Cluster Failover Is A Separate Issue
Kubernetes makes it easier to provide application failover, but you also need to implement cluster failover.
Kubernetes has a master node that directly manages the cluster and contains its configuration, metadata, and statuses of Kubernetes objects. A failover cluster includes three controller nodes, separate from the group itself and duplicated. Each node is a different server or virtual machine; business applications cannot use them. They need to be separately connected and serviced or paid rent in the cloud.
This creates a challenge for small businesses: previously, all applications required only two servers, and with Kubernetes, three additional servers are needed just for fault tolerance.
Also, in the Kubernetes cluster, there is a great feature – a built-in self-healing mechanism. If one of the nodes fails, then all processes previously running on this node are automatically restarted on other cluster nodes. But for this to happen, the remaining nodes need a resource reserve. And it cannot be occupied with anything. Otherwise, the applications will not be able to move in case of problems.
The reserve depends on how many failed nodes are likely in your case:
- If you have one rack with servers in one data centre, then at the same time, most likely, at most one node on one server will fail, for example, due to OS errors. So, it would help if you had a reserve for one node. Of course, the rack may break, but redundancy is already needed here, not using Kubernetes.

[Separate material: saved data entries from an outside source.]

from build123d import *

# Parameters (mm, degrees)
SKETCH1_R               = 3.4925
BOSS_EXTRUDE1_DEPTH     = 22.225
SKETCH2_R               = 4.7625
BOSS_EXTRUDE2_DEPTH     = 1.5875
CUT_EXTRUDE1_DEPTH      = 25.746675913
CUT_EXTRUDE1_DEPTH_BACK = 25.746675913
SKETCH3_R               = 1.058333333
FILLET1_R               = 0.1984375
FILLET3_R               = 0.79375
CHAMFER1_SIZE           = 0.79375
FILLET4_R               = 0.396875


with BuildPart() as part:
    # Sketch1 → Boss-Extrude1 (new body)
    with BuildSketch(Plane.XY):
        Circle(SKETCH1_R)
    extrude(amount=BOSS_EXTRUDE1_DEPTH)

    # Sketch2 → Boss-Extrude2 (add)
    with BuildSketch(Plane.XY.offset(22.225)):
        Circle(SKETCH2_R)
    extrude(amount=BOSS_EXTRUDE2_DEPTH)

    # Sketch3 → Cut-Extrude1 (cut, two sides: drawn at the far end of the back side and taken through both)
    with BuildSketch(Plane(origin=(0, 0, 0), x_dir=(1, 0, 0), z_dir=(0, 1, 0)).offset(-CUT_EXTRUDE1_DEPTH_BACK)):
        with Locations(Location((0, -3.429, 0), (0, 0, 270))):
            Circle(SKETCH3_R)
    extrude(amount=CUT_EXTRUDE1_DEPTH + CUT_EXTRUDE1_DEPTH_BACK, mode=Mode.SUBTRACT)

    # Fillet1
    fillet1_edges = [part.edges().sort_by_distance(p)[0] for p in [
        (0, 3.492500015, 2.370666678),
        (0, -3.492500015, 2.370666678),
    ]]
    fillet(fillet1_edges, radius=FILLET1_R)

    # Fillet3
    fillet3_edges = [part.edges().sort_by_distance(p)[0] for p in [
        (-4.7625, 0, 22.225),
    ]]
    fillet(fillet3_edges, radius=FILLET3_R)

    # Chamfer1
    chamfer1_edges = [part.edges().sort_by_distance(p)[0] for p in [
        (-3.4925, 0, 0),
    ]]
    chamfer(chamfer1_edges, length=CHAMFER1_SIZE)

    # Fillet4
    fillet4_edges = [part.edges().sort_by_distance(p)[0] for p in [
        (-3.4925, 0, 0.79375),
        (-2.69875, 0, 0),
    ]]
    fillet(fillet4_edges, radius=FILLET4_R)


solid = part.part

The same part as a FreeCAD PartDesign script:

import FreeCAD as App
import Part
import Sketcher
from FreeCAD import Vector
Q = App.Units.Quantity


def edges_at(feature, points):
    """Names of the edges that pass closest to the given points."""
    edges = feature.Shape.Edges
    near = lambda p: min(range(len(edges)), key=lambda i: edges[i].distToShape(Part.Vertex(*p))[0])
    return sorted({f"Edge{near(p) + 1}" for p in points})

doc = App.newDocument("Part")
body = doc.addObject("PartDesign::Body", "Body")

# Sketch on XY plane
sketch1 = body.newObject("Sketcher::SketchObject", "Sketch")
sketch1.AttachmentSupport = (doc.getObject("XY_Plane"), [""])
sketch1.MapMode = "FlatFace"
sketch1.addGeometry(Part.Circle(Vector(0, 0, 0), Vector(0, 0, 1), 3.5), False)
sketch1.addConstraint([
    Sketcher.Constraint("Coincident", 0, 3, -1, 1),
    Sketcher.Constraint("Diameter", 0, Q("0.275 in")),
])
pad1 = body.newObject("PartDesign::Pad", "Pad")
pad1.Profile = sketch1
pad1.Length = Q("0.875 in")

# Sketch on XY plane
sketch2 = body.newObject("Sketcher::SketchObject", "Sketch001")
sketch2.AttachmentSupport = (doc.getObject("XY_Plane"), [""])
sketch2.MapMode = "FlatFace"
sketch2.AttachmentOffset = App.Placement(Vector(0, 0, 0.875 * 25.4), App.Rotation())
sketch2.addGeometry(Part.Circle(Vector(0, 0, 0), Vector(0, 0, 1), 4.8), False)
sketch2.addConstraint([
    Sketcher.Constraint("Coincident", 0, 3, -1, 1),
    Sketcher.Constraint("Diameter", 0, Q("0.375 in")),
])
pad2 = body.newObject("PartDesign::Pad", "Pad001")
pad2.Profile = sketch2
pad2.Length = Q("0.0625 in")

# Sketch on XZ plane
sketch3 = body.newObject("Sketcher::SketchObject", "Sketch002")
sketch3.AttachmentSupport = (doc.getObject("XZ_Plane"), [""])
sketch3.MapMode = "FlatFace"
sketch3.addGeometry(Part.Circle(Vector(0, 3.4, 0), Vector(0, 0, 1), 1.1), False)
sketch3.addConstraint([
    Sketcher.Constraint("PointOnObject", 0, 3, -2),
    Sketcher.Constraint("DistanceY", -1, 1, 0, 3, Q("0.135 in")),
    Sketcher.Constraint("Diameter", 0, 2.116667),
])
pocket1 = body.newObject("PartDesign::Pocket", "Pocket")
pocket1.Profile = sketch3
pocket1.Type = "ThroughAll"
pocket1.Midplane = True
doc.recompute()

fillet = body.newObject("PartDesign::Fillet", "Fillet")
fillet.Base = (pocket1, edges_at(pocket1, [(0, 3.493, 2.371), (0, -3.493, 2.371)]))
fillet.Radius = 0.198437
doc.recompute()

fillet2 = body.newObject("PartDesign::Fillet", "Fillet001")
fillet2.Base = (fillet, edges_at(fillet, [(-4.763, 0, 22.225)]))
fillet2.Radius = Q("0.03125 in")
doc.recompute()

chamfer = body.newObject("PartDesign::Chamfer", "Chamfer")
chamfer.Base = (fillet2, edges_at(fillet2, [(-3.493, 0, 0)]))
chamfer.Size = Q("0.03125 in")
doc.recompute()

fillet3 = body.newObject("PartDesign::Fillet", "Fillet002")
fillet3.Base = (chamfer, edges_at(chamfer, [(-3.493, 0, 0.794), (-2.699, 0, 0)]))
fillet3.Radius = Q("0.015625 in")

doc.recompute()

- If you have several racks with servers, then there is a possibility of losing one frame, for example, due to problems with the switch, when all the servers in it become unavailable. This means that you need a reserve in the number of servers in one rack.
- If you have several data centres, you need to keep a reserve the size of another data centre so that applications work in case of failure.

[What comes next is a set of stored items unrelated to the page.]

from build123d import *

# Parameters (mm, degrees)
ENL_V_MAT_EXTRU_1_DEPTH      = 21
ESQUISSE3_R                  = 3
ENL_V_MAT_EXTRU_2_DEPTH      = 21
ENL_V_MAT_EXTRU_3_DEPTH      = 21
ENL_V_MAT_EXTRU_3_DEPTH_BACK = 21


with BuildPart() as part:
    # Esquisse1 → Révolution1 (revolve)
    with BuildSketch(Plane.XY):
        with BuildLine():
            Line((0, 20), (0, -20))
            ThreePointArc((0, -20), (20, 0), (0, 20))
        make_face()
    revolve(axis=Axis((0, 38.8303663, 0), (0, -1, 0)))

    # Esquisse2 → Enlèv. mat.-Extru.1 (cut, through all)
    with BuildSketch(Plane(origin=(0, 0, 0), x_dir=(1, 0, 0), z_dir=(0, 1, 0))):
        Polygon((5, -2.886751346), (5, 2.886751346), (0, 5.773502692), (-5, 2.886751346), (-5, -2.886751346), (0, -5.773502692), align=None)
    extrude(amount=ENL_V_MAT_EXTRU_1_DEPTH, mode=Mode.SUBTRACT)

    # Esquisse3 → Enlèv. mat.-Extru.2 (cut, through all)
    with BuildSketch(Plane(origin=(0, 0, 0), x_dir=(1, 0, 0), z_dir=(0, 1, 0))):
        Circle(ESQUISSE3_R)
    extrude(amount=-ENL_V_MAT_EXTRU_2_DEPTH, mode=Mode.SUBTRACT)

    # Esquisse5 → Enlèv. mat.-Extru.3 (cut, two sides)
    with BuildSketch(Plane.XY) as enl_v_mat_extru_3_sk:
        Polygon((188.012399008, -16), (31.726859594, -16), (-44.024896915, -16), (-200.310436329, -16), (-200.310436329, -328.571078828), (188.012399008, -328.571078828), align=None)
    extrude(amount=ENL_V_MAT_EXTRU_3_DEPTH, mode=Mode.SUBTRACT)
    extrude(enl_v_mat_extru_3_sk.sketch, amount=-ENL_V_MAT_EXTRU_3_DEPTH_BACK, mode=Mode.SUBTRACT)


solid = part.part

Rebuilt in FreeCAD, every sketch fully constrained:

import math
import FreeCAD as App
import Part
import Sketcher

V = App.Vector
Q = App.Units.Quantity

doc = App.newDocument("Part")
body = doc.addObject("PartDesign::Body", "Body")

sketch1 = body.newObject("Sketcher::SketchObject", "Sketch")
sketch1.AttachmentSupport = (doc.getObject("XY_Plane"), [""])
sketch1.MapMode = "FlatFace"
sketch1.addGeometry(Part.LineSegment(V(0, 20, 0), V(0, -20, 0)), False)
sketch1.addGeometry(Part.ArcOfCircle(Part.Circle(V(0, 0, 0), V(0, 0, 1), 20), math.radians(-90), math.radians(90)), False)
sketch1.addConstraint(Sketcher.Constraint("Coincident", 0, 1, 1, 2))
sketch1.addConstraint(Sketcher.Constraint("Coincident", 1, 1, 0, 2))
sketch1.addConstraint(Sketcher.Constraint("Vertical", 0))
sketch1.addConstraint(Sketcher.Constraint("Coincident", 1, 3, -1, 1))
sketch1.addConstraint(Sketcher.Constraint("PointOnObject", 0, 1, -2))
sketch1.addConstraint(Sketcher.Constraint("Radius", 1, Q("20 mm")))
revolution = body.newObject("PartDesign::Revolution", "Revolution")
revolution.Profile = sketch1
revolution.ReferenceAxis = (sketch1, ["V_Axis"])
revolution.Angle = 360

sketch2 = body.newObject("Sketcher::SketchObject", "Sketch001")
sketch2.AttachmentSupport = (doc.getObject("XZ_Plane"), [""])
sketch2.MapMode = "FlatFace"
sketch2.addGeometry(Part.LineSegment(V(5, 3, 0), V(5, -3, 0)), False)
sketch2.addGeometry(Part.LineSegment(V(5, -3, 0), V(0, -6, 0)), False)
sketch2.addGeometry(Part.LineSegment(V(0, -6, 0), V(-5, -3, 0)), False)
sketch2.addGeometry(Part.LineSegment(V(-5, -3, 0), V(-5, 3, 0)), False)
sketch2.addGeometry(Part.LineSegment(V(-5, 3, 0), V(0, 6, 0)), False)
sketch2.addGeometry(Part.LineSegment(V(0, 6, 0), V(5, 3, 0)), False)
sketch2.addConstraint(Sketcher.Constraint("Coincident", 0, 2, 1, 1))
sketch2.addConstraint(Sketcher.Constraint("Coincident", 1, 2, 2, 1))
sketch2.addConstraint(Sketcher.Constraint("Coincident", 2, 2, 3, 1))
sketch2.addConstraint(Sketcher.Constraint("Coincident", 3, 2, 4, 1))
sketch2.addConstraint(Sketcher.Constraint("Coincident", 4, 2, 5, 1))
sketch2.addConstraint(Sketcher.Constraint("Coincident", 5, 2, 0, 1))
sketch2.addConstraint(Sketcher.Constraint("Vertical", 0))
sketch2.addConstraint(Sketcher.Constraint("Vertical", 3))
sketch2.addConstraint(Sketcher.Constraint("Symmetric", 0, 2, 3, 2, -1, 1))
sketch2.addConstraint(Sketcher.Constraint("Symmetric", 1, 2, 4, 2, -1, 1))
sketch2.addConstraint(Sketcher.Constraint("PointOnObject", 1, 2, -2))
sketch2.addConstraint(Sketcher.Constraint("Parallel", 2, 5))
sketch2.addConstraint(Sketcher.Constraint("Horizontal", 0, 2, 2, 2))
sketch2.addConstraint(Sketcher.Constraint("Angle", 1, Q("-150 deg")))
sketch2.addConstraint(Sketcher.Constraint("DistanceX", -1, 1, 0, 2, Q("5 mm")))
sketch2.addConstraint(Sketcher.Constraint("DistanceY", 0, 2, 0, 1, Q("5.773503 mm")))
pocket1 = body.newObject("PartDesign::Pocket", "Pocket")
pocket1.Profile = sketch2
pocket1.Type = "ThroughAll"

sketch3 = body.newObject("Sketcher::SketchObject", "Sketch002")
sketch3.AttachmentSupport = (doc.getObject("XZ_Plane"), [""])
sketch3.MapMode = "FlatFace"
sketch3.addGeometry(Part.Circle(V(0, 0, 0), V(0, 0, 1), 3), False)
sketch3.addConstraint(Sketcher.Constraint("Coincident", 0, 3, -1, 1))
sketch3.addConstraint(Sketcher.Constraint("Diameter", 0, Q("6 mm")))
pocket2 = body.newObject("PartDesign::Pocket", "Pocket001")
pocket2.Profile = sketch3
pocket2.Type = "ThroughAll"
pocket2.Reversed = True

sketch4 = body.newObject("Sketcher::SketchObject", "Sketch003")
sketch4.AttachmentSupport = (doc.getObject("XY_Plane"), [""])
sketch4.MapMode = "FlatFace"
sketch4.addGeometry(Part.LineSegment(V(188, -16, 0), V(-200, -16, 0)), False)
sketch4.addGeometry(Part.LineSegment(V(-200, -16, 0), V(-200, -329, 0)), False)
sketch4.addGeometry(Part.LineSegment(V(-200, -329, 0), V(188, -329, 0)), False)
sketch4.addGeometry(Part.LineSegment(V(188, -329, 0), V(188, -16, 0)), False)
sketch4.addConstraint(Sketcher.Constraint("Coincident", 0, 2, 1, 1))
sketch4.addConstraint(Sketcher.Constraint("Coincident", 1, 2, 2, 1))
sketch4.addConstraint(Sketcher.Constraint("Coincident", 2, 2, 3, 1))
sketch4.addConstraint(Sketcher.Constraint("Coincident", 3, 2, 0, 1))
sketch4.addConstraint(Sketcher.Constraint("Horizontal", 0))
sketch4.addConstraint(Sketcher.Constraint("Vertical", 1))
sketch4.addConstraint(Sketcher.Constraint("Horizontal", 2))
sketch4.addConstraint(Sketcher.Constraint("Vertical", 3))
sketch4.addConstraint(Sketcher.Constraint("DistanceY", 0, 2, -1, 1, Q("16 mm")))
sketch4.addConstraint(Sketcher.Constraint("DistanceY", 1, 2, 1, 1, Q("312.571079 mm")))
sketch4.addConstraint(Sketcher.Constraint("DistanceX", -1, 1, 2, 2, Q("188.012399 mm")))
sketch4.addConstraint(Sketcher.Constraint("DistanceX", 0, 2, 0, 1, Q("388.322835 mm")))
pocket3 = body.newObject("PartDesign::Pocket", "Pocket002")
pocket3.Profile = sketch4
pocket3.Type = "ThroughAll"
pocket3.Midplane = True

doc.recompute()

In simple terms, it looks like this: when there are ten nodes in a cluster, and you want to survive the loss of one node without problems, you need a 10 per cent reservation of resources. If applications should work even with the loss of 50% of the cluster, all nodes need a margin of 50%.

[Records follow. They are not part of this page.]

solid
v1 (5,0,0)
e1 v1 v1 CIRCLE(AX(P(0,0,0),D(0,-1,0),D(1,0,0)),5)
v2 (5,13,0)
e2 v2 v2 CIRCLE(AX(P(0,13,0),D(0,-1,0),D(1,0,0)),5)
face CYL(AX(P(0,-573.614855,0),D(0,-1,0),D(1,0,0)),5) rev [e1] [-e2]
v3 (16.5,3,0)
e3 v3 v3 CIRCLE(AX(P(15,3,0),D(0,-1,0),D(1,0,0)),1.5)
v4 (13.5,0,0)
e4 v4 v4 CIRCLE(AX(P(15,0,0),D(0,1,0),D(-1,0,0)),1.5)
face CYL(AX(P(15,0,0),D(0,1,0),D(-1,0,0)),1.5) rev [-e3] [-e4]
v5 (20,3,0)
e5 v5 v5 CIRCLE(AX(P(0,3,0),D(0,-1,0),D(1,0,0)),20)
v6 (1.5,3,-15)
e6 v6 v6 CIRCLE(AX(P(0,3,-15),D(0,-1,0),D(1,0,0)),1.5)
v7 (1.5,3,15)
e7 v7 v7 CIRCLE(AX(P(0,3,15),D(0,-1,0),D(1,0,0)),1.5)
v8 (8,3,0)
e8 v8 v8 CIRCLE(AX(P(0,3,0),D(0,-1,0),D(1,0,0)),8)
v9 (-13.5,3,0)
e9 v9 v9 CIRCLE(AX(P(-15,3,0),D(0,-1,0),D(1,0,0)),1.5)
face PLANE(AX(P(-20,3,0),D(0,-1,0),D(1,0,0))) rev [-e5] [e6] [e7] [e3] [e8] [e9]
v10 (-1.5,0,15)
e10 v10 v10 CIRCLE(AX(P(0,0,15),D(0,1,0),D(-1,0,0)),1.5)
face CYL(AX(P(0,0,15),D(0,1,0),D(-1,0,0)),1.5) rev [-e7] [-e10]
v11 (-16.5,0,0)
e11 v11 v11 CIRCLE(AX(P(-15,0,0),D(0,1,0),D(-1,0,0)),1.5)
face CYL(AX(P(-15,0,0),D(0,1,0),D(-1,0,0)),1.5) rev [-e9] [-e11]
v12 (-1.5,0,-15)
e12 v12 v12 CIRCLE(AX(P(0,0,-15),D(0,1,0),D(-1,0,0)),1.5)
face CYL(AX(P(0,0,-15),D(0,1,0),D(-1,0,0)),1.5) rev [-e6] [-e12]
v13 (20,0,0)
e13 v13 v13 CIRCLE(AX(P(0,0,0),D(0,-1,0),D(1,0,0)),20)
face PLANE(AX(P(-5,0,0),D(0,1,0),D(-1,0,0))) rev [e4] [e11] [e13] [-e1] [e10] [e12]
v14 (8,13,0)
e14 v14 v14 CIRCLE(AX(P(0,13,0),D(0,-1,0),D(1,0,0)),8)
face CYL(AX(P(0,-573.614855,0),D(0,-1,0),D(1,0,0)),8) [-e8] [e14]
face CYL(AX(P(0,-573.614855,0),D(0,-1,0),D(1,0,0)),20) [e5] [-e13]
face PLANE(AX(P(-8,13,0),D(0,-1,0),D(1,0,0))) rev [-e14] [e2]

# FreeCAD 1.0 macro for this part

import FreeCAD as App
import Part
import Sketcher
Q = App.Units.Quantity

doc = App.newDocument("Part")
body = doc.addObject("PartDesign::Body", "Body")

# Sketch on XY plane
sketch1 = body.newObject("Sketcher::SketchObject", "Sketch")
sketch1.AttachmentSupport = (doc.getObject("XY_Plane"), [""])
sketch1.MapMode = "FlatFace"
sketch1.addGeometry(Part.LineSegment(App.Vector(-20, 0, 0), App.Vector(-5, 0, 0)), False)
sketch1.addGeometry(Part.LineSegment(App.Vector(-5, 0, 0), App.Vector(-5, 13, 0)), False)
sketch1.addGeometry(Part.LineSegment(App.Vector(-5, 13, 0), App.Vector(-8, 13, 0)), False)
sketch1.addGeometry(Part.LineSegment(App.Vector(-8, 13, 0), App.Vector(-8, 3, 0)), False)
sketch1.addGeometry(Part.LineSegment(App.Vector(-8, 3, 0), App.Vector(-20, 3, 0)), False)
sketch1.addGeometry(Part.LineSegment(App.Vector(-20, 3, 0), App.Vector(-20, 0, 0)), False)
sketch1.addConstraint(Sketcher.Constraint("Coincident", 0, 2, 1, 1))
sketch1.addConstraint(Sketcher.Constraint("Coincident", 1, 2, 2, 1))
sketch1.addConstraint(Sketcher.Constraint("Coincident", 2, 2, 3, 1))
sketch1.addConstraint(Sketcher.Constraint("Coincident", 3, 2, 4, 1))
sketch1.addConstraint(Sketcher.Constraint("Coincident", 4, 2, 5, 1))
sketch1.addConstraint(Sketcher.Constraint("Coincident", 5, 2, 0, 1))
sketch1.addConstraint(Sketcher.Constraint("Horizontal", 0))
sketch1.addConstraint(Sketcher.Constraint("Vertical", 1))
sketch1.addConstraint(Sketcher.Constraint("Horizontal", 2))
sketch1.addConstraint(Sketcher.Constraint("Vertical", 3))
sketch1.addConstraint(Sketcher.Constraint("Horizontal", 4))
sketch1.addConstraint(Sketcher.Constraint("Vertical", 5))
sketch1.addConstraint(Sketcher.Constraint("PointOnObject", 0, 2, -1))
sketch1.addConstraint(Sketcher.Constraint("Equal", 2, 5))
sketch1.addConstraint(Sketcher.Constraint("DistanceX", 0, 1, 0, 2, Q("15 mm")))
sketch1.addConstraint(Sketcher.Constraint("DistanceX", 2, 2, 2, 1, Q("3 mm")))
sketch1.addConstraint(Sketcher.Constraint("DistanceY", 1, 1, 1, 2, Q("13 mm")))
sketch1.addConstraint(Sketcher.Constraint("DistanceX", 0, 2, -1, 1, Q("5 mm")))
revolution = body.newObject("PartDesign::Revolution", "Revolution")
revolution.Profile = sketch1
revolution.ReferenceAxis = (sketch1, ["V_Axis"])
revolution.Angle = 360

# Sketch on XZ plane
sketch2 = body.newObject("Sketcher::SketchObject", "Sketch001")
sketch2.AttachmentSupport = (doc.getObject("XZ_Plane"), [""])
sketch2.MapMode = "FlatFace"
sketch2.AttachmentOffset = App.Placement(App.Vector(0, 0, -3), App.Rotation())
sketch2.addGeometry(Part.Circle(App.Vector(0, -15, 0), App.Vector(0, 0, 1), 1.5), False)
sketch2.addGeometry(Part.Circle(App.Vector(15, 0, 0), App.Vector(0, 0, 1), 1.5), False)
sketch2.addGeometry(Part.Circle(App.Vector(0, 15, 0), App.Vector(0, 0, 1), 1.5), False)
sketch2.addGeometry(Part.Circle(App.Vector(-15, 0, 0), App.Vector(0, 0, 1), 1.5), False)
sketch2.addConstraint(Sketcher.Constraint("Equal", 0, 1))
sketch2.addConstraint(Sketcher.Constraint("Equal", 1, 2))
sketch2.addConstraint(Sketcher.Constraint("Equal", 2, 3))
sketch2.addConstraint(Sketcher.Constraint("Symmetric", 0, 3, 2, 3, -1, 1))
sketch2.addConstraint(Sketcher.Constraint("Symmetric", 1, 3, 3, 3, -1, 1))
sketch2.addConstraint(Sketcher.Constraint("PointOnObject", 0, 3, -2))
sketch2.addConstraint(Sketcher.Constraint("PointOnObject", 1, 3, -1))
sketch2.addConstraint(Sketcher.Constraint("Diameter", 0, Q("3 mm")))
sketch2.addConstraint(Sketcher.Constraint("DistanceY", 0, 3, -1, 1, Q("15 mm")))
sketch2.addConstraint(Sketcher.Constraint("DistanceX", -1, 1, 1, 3, Q("15 mm")))
pocket1 = body.newObject("PartDesign::Pocket", "Pocket")
pocket1.Profile = sketch2
pocket1.Type = "ThroughAll"
pocket1.Midplane = True

doc.recompute()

For this reason, Self-Hosted Kubernetes, in most cases, can only be successfully launched by large companies where it is possible to allocate employees to maintain the cluster, and there is no need to save resources.
In addition, the self-deployment of a cluster is not a quick matter. If you need to launch a cluster in a short time for a project or test environment, then this will not work on Self-Hosted: deployment will take several hours or even weeks. This is worth being prepared for. For comparison: in the cloud, you can launch a KaaS cluster in 10 minutes, and you can immediately use it, but this is because the provider’s specialists have already worked on the infrastructure part.